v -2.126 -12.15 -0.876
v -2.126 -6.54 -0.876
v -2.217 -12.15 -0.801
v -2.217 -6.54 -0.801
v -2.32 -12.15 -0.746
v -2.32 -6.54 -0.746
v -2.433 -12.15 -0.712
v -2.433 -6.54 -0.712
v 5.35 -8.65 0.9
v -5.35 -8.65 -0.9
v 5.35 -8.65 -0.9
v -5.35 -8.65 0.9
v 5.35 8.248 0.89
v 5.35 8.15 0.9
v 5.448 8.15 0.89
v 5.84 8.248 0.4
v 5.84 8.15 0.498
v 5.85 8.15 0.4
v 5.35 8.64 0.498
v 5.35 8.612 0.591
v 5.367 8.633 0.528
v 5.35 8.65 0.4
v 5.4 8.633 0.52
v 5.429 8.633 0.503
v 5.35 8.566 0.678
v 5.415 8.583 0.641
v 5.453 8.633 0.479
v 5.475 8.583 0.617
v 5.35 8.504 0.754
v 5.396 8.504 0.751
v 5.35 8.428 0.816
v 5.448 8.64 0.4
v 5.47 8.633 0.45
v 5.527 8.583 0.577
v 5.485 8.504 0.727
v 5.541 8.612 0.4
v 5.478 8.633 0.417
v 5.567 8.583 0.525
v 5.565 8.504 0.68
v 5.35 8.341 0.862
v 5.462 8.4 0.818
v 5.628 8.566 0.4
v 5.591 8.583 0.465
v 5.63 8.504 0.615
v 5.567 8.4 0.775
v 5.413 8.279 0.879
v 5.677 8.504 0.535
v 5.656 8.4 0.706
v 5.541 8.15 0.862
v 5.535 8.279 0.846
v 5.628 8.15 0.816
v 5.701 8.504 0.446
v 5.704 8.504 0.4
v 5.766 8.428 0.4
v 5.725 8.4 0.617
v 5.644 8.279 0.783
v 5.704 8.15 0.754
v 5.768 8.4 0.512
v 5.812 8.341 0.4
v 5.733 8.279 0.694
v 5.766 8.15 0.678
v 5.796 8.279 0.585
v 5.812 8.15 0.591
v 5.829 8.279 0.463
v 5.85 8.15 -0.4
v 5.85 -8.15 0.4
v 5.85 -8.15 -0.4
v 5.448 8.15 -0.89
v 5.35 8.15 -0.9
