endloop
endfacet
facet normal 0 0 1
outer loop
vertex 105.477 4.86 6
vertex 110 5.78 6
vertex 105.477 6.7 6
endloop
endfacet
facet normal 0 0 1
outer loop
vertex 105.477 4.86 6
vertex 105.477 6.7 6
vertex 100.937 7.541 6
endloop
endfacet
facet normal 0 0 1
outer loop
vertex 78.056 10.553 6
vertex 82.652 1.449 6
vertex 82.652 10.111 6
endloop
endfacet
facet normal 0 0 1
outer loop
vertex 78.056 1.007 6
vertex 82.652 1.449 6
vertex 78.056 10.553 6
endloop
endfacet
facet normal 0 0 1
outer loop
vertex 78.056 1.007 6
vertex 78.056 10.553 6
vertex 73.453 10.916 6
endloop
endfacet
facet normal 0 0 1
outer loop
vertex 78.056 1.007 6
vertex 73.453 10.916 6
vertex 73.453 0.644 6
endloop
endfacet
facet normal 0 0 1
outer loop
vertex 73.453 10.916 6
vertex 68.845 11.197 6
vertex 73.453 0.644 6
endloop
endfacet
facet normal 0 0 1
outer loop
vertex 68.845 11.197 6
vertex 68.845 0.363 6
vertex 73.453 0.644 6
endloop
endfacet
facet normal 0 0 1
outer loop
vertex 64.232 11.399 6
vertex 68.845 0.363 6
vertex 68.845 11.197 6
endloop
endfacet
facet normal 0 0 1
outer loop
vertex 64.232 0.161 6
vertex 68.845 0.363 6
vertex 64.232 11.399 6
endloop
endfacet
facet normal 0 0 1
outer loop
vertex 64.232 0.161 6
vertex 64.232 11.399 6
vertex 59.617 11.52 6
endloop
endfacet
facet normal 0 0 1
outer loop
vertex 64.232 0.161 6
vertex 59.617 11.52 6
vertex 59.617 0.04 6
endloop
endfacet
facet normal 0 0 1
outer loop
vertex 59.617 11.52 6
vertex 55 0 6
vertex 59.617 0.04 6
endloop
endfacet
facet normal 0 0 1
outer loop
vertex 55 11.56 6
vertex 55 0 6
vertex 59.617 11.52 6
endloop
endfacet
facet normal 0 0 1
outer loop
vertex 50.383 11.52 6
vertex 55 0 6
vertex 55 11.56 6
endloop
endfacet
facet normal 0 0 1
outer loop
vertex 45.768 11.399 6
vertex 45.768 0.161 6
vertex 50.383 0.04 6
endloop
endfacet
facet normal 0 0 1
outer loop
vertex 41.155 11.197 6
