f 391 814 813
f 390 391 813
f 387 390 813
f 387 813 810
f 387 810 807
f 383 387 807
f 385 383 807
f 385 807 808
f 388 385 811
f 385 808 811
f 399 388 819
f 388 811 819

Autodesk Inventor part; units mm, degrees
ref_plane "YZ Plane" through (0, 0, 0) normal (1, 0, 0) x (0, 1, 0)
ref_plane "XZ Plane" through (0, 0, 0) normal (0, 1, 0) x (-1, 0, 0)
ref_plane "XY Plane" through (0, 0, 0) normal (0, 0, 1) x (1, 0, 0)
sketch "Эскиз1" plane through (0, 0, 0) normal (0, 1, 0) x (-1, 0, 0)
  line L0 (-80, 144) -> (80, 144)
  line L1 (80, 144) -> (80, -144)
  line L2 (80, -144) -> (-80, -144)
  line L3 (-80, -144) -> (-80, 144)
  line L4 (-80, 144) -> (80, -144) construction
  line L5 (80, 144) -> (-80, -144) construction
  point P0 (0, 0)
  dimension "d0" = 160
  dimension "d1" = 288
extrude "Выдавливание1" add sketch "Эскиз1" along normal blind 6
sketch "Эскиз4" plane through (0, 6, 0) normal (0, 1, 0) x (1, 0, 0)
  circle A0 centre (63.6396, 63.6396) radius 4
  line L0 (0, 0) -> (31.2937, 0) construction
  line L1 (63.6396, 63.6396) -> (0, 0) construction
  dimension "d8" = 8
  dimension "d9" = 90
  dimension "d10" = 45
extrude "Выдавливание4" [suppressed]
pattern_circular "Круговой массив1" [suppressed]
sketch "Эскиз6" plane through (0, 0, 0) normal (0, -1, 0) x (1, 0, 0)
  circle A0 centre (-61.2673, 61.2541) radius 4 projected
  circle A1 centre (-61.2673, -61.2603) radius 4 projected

* **Your task**: Output the entire data exactly, line for line.

* **Exercise answer**:
v -2.126 -12.15 -0.876
v -2.126 -6.54 -0.876
v -2.217 -12.15 -0.801
v -2.217 -6.54 -0.801
v -2.32 -12.15 -0.746
v -2.32 -6.54 -0.746
v -2.433 -12.15 -0.712
v -2.433 -6.54 -0.712
v 5.35 -8.65 0.9
v -5.35 -8.65 -0.9
v 5.35 -8.65 -0.9
v -5.35 -8.65 0.9
v 5.35 8.248 0.89
v 5.35 8.15 0.9
v 5.448 8.15 0.89
v 5.84 8.248 0.4
v 5.84 8.15 0.498
v 5.85 8.15 0.4
v 5.35 8.64 0.498
v 5.35 8.612 0.591
v 5.367 8.633 0.528
v 5.35 8.65 0.4
v 5.4 8.633 0.52
v 5.429 8.633 0.503
v 5.35 8.566 0.678
v 5.415 8.583 0.641
v 5.453 8.633 0.479
v 5.475 8.583 0.617
v 5.35 8.504 0.754
v 5.396 8.504 0.751
v 5.35 8.428 0.816
v 5.448 8.64 0.4
v 5.47 8.633 0.45
v 5.527 8.583 0.577
v 5.485 8.504 0.727
v 5.541 8.612 0.4
v 5.478 8.633 0.417
v 5.567 8.583 0.525
v 5.565 8.504 0.68
v 5.35 8.341 0.862
v 5.462 8.4 0.818
v 5.628 8.566 0.4
v 5.591 8.583 0.465
v 5.63 8.504 0.615
v 5.567 8.4 0.775
v 5.413 8.279 0.879
v 5.677 8.504 0.535
v 5.656 8.4 0.706
v 5.541 8.15 0.862
v 5.535 8.279 0.846
v 5.628 8.15 0.816
v 5.701 8.504 0.446
v 5.704 8.504 0.4
v 5.766 8.428 0.4
v 5.725 8.4 0.617
v 5.644 8.279 0.783
v 5.704 8.15 0.754
v 5.768 8.4 0.512
v 5.812 8.341 0.4
v 5.733 8.279 0.694
v 5.766 8.15 0.678
v 5.796 8.279 0.585
v 5.812 8.15 0.591
v 5.829 8.279 0.463
v 5.85 8.15 -0.4
v 5.85 -8.15 0.4
v 5.85 -8.15 -0.4
v 5.448 8.15 -0.89
v 5.35 8.15 -0.9
endloop
endfacet
facet normal 0 0 1
outer loop
vertex 105.477 4.86 6
vertex 110 5.78 6
vertex 105.477 6.7 6
endloop
endfacet
facet normal 0 0 1
outer loop
vertex 105.477 4.86 6
vertex 105.477 6.7 6
vertex 100.937 7.541 6
endloop
endfacet
facet normal 0 0 1
outer loop
vertex 78.056 10.553 6
vertex 82.652 1.449 6
vertex 82.652 10.111 6
endloop
endfacet
facet normal 0 0 1
outer loop
vertex 78.056 1.007 6
vertex 82.652 1.449 6
vertex 78.056 10.553 6
endloop
endfacet
facet normal 0 0 1
outer loop
vertex 78.056 1.007 6
vertex 78.056 10.553 6
vertex 73.453 10.916 6
endloop
endfacet
facet normal 0 0 1
outer loop
vertex 78.056 1.007 6
vertex 73.453 10.916 6
vertex 73.453 0.644 6
endloop
endfacet
facet normal 0 0 1
outer loop
vertex 73.453 10.916 6
vertex 68.845 11.197 6
vertex 73.453 0.644 6
endloop
endfacet
facet normal 0 0 1
outer loop
vertex 68.845 11.197 6
vertex 68.845 0.363 6
vertex 73.453 0.644 6
endloop
endfacet
facet normal 0 0 1
outer loop
vertex 64.232 11.399 6
vertex 68.845 0.363 6
vertex 68.845 11.197 6
endloop
endfacet
facet normal 0 0 1
outer loop
vertex 64.232 0.161 6
vertex 68.845 0.363 6
vertex 64.232 11.399 6
endloop
endfacet
facet normal 0 0 1
outer loop
vertex 64.232 0.161 6
vertex 64.232 11.399 6
vertex 59.617 11.52 6
endloop
endfacet
facet normal 0 0 1
outer loop
vertex 64.232 0.161 6
vertex 59.617 11.52 6
vertex 59.617 0.04 6
endloop
endfacet
facet normal 0 0 1
outer loop
vertex 59.617 11.52 6
vertex 55 0 6
vertex 59.617 0.04 6
endloop
endfacet
facet normal 0 0 1
outer loop
vertex 55 11.56 6
vertex 55 0 6
vertex 59.617 11.52 6
endloop
endfacet
facet normal 0 0 1
outer loop
vertex 50.383 11.52 6
vertex 55 0 6
vertex 55 11.56 6
endloop
endfacet
facet normal 0 0 1
outer loop
vertex 45.768 11.399 6
vertex 45.768 0.161 6
vertex 50.383 0.04 6
endloop
endfacet
facet normal 0 0 1
outer loop
vertex 41.155 11.197 6
f 391 814 813
f 390 391 813
f 387 390 813
f 387 813 810
f 387 810 807
f 383 387 807
f 385 383 807
f 385 807 808
f 388 385 811
f 385 808 811
f 399 388 819
f 388 811 819

Autodesk Inventor part; units mm, degrees
ref_plane "YZ Plane" through (0, 0, 0) normal (1, 0, 0) x (0, 1, 0)
ref_plane "XZ Plane" through (0, 0, 0) normal (0, 1, 0) x (-1, 0, 0)
ref_plane "XY Plane" through (0, 0, 0) normal (0, 0, 1) x (1, 0, 0)
sketch "Эскиз1" plane through (0, 0, 0) normal (0, 1, 0) x (-1, 0, 0)
  line L0 (-80, 144) -> (80, 144)
  line L1 (80, 144) -> (80, -144)
  line L2 (80, -144) -> (-80, -144)
  line L3 (-80, -144) -> (-80, 144)
  line L4 (-80, 144) -> (80, -144) construction
  line L5 (80, 144) -> (-80, -144) construction
  point P0 (0, 0)
  dimension "d0" = 160
  dimension "d1" = 288
extrude "Выдавливание1" add sketch "Эскиз1" along normal blind 6
sketch "Эскиз4" plane through (0, 6, 0) normal (0, 1, 0) x (1, 0, 0)
  circle A0 centre (63.6396, 63.6396) radius 4
  line L0 (0, 0) -> (31.2937, 0) construction
  line L1 (63.6396, 63.6396) -> (0, 0) construction
  dimension "d8" = 8
  dimension "d9" = 90
  dimension "d10" = 45
extrude "Выдавливание4" [suppressed]
pattern_circular "Круговой массив1" [suppressed]
sketch "Эскиз6" plane through (0, 0, 0) normal (0, -1, 0) x (1, 0, 0)
  circle A0 centre (-61.2673, 61.2541) radius 4 projected
  circle A1 centre (-61.2673, -61.2603) radius 4 projected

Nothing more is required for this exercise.